# Can I post molds for sale?



## Happytailzfarm (Jan 5, 2008)

I need to know if I can post on this forum if I have molds for sale????
Aletha


----------



## NubianSoaps.com (Oct 26, 2007)

I don't think it matters on the soap forum or not. It is a pretty small group though. I would like to know what you have for sale  Vicki


----------



## Sondra (Oct 25, 2007)

But of course she wants first choice


----------



## Happytailzfarm (Jan 5, 2008)

I have couple of break away loaf molds and one regular one, I also have a cutter. I would like $5 for the regular loaf mold and $10 for the others, and $1 for the cutter and $5 for the crinkle cutter.
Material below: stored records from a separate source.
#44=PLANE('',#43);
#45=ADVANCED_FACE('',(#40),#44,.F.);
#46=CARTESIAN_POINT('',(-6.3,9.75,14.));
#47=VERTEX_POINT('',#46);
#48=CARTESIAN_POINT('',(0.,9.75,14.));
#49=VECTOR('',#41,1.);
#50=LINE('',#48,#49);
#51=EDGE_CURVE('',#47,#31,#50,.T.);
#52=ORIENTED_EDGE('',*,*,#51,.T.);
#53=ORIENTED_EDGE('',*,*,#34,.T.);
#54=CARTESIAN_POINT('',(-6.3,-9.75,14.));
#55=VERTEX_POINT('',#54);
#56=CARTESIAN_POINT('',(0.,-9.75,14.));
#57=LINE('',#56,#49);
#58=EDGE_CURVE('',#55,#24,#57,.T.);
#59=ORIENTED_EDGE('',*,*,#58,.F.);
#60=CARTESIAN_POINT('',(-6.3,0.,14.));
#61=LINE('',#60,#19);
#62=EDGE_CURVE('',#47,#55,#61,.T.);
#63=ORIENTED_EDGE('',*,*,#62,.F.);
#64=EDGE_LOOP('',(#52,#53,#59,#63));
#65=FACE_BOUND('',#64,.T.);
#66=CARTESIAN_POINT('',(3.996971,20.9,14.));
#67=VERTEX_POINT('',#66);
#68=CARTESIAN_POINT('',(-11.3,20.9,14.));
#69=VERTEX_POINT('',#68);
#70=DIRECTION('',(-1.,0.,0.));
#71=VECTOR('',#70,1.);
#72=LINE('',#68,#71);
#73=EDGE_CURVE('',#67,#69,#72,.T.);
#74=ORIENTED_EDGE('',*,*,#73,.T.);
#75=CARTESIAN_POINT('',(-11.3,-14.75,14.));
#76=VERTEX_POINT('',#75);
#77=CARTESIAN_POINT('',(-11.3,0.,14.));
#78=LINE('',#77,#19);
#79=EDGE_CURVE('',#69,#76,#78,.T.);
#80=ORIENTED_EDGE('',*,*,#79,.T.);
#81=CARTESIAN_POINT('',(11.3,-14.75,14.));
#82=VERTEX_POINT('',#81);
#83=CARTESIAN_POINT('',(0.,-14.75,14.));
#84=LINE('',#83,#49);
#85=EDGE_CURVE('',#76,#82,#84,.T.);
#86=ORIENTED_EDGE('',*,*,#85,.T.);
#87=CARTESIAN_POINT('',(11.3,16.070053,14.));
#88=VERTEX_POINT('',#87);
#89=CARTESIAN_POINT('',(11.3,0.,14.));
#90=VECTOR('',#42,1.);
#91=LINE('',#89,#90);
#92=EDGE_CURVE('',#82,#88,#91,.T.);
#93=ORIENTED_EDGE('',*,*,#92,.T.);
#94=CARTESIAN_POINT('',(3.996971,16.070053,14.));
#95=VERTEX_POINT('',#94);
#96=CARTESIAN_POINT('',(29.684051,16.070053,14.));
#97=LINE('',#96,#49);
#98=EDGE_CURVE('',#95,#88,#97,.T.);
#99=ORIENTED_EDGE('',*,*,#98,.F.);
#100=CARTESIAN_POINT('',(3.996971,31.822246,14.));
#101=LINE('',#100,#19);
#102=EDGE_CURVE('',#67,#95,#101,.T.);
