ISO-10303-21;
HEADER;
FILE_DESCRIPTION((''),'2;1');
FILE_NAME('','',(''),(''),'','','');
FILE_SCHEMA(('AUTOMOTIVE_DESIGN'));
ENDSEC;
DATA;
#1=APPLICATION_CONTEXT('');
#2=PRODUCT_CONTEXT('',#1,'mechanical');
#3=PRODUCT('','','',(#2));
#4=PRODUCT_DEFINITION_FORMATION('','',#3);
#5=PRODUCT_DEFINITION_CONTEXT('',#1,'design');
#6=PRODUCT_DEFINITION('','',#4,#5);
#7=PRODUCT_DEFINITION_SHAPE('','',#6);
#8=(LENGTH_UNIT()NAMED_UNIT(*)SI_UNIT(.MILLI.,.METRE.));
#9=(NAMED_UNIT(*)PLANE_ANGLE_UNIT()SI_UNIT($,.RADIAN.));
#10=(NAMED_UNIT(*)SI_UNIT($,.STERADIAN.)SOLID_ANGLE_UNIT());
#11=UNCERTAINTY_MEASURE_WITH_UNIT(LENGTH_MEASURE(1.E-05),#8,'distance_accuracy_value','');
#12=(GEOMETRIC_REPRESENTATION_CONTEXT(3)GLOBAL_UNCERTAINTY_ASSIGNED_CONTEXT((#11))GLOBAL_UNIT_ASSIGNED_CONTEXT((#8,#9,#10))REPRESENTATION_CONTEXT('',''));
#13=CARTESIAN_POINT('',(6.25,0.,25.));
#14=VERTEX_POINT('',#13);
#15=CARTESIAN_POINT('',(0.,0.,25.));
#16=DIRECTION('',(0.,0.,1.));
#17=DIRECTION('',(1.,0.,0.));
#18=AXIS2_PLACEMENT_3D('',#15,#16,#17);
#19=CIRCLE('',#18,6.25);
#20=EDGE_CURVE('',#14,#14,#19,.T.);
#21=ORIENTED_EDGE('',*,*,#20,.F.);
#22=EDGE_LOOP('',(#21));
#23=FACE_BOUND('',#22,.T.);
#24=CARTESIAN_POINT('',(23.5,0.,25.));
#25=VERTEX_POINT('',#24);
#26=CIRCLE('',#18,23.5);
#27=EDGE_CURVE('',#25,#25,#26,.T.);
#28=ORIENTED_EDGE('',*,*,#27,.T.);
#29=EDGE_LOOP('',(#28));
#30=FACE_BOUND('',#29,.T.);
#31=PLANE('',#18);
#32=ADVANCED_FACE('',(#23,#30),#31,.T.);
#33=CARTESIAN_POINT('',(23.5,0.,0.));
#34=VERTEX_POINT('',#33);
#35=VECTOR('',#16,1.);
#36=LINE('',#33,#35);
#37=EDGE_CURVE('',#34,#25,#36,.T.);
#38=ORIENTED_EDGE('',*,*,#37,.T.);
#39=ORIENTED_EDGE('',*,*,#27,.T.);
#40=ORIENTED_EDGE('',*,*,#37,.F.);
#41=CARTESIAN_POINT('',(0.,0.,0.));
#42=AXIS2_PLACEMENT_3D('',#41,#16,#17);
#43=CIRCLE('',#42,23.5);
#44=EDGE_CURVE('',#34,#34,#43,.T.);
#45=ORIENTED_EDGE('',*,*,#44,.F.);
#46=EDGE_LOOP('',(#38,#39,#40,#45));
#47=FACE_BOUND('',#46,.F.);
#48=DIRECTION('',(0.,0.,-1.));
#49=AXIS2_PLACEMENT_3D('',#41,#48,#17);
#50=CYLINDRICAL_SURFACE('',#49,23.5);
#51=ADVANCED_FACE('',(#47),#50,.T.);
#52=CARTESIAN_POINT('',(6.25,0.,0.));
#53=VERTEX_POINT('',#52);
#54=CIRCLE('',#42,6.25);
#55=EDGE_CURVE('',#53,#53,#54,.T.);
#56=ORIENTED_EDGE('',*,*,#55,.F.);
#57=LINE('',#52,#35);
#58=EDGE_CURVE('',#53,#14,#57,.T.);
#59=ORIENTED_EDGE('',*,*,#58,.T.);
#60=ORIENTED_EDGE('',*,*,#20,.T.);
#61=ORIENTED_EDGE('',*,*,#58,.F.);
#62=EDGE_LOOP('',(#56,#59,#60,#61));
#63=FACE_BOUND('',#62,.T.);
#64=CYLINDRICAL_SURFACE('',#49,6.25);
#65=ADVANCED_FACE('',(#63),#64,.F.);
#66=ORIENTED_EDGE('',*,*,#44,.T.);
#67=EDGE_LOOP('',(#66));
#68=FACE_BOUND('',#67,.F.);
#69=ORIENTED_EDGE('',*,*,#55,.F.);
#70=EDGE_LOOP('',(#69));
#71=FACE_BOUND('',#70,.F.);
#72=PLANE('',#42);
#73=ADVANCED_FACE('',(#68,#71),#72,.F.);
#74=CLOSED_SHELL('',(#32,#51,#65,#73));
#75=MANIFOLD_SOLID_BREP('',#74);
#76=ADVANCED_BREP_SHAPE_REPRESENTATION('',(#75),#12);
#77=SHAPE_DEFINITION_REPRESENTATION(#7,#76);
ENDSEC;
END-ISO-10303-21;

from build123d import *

# Parameters (mm, degrees)
F0_R     = 23.5
F0_R_2   = 17.5
F0_R_3   = 6.25
F1_DEPTH = 25


with BuildPart() as f1:
    # F0 (on Top) → F1 (new body)
    with BuildSketch(Plane.XY):
        Circle(F0_R)
        Circle(F0_R_2, mode=Mode.SUBTRACT)
        Circle(F0_R_2)
        Circle(F0_R_3, mode=Mode.SUBTRACT)
    extrude(amount=F1_DEPTH)


solid = f1.part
I can take pictures if you would like.
Aletha


----------



## Guest (Feb 28, 2008)

Of course we want pics aletha... 
Barbara


----------



## lynpea (Oct 26, 2007)

And inquiring minds would like to know the dimensions of said molds..........


----------



## Happytailzfarm (Jan 5, 2008)

ok, how do I send pictures? where do I put them.
The dimensions on the molds are #1 & 2, which are break-a-way molds are 15" x 4" x 3 1/2
#2 & 3 are 15" x 4" x 2 1/2 also break away molds. the last one is a one solid piece mold with lid its 12" x 3 1/2" x 2 1/2
Let me know if anyone is interested and how to post pictures
Aletha


----------



## Sondra (Oct 25, 2007)

you have to upload them to photobucket and then post the img url here. or send them to me.


----------



## Heavenly Angels (Nov 1, 2007)

Aletha do you still have the crinkle cutter? Mary Lou


----------



## Dawn (Mar 21, 2008)

I'm interested in the crinkle cutter do you still have it?
Thanks
Emily


----------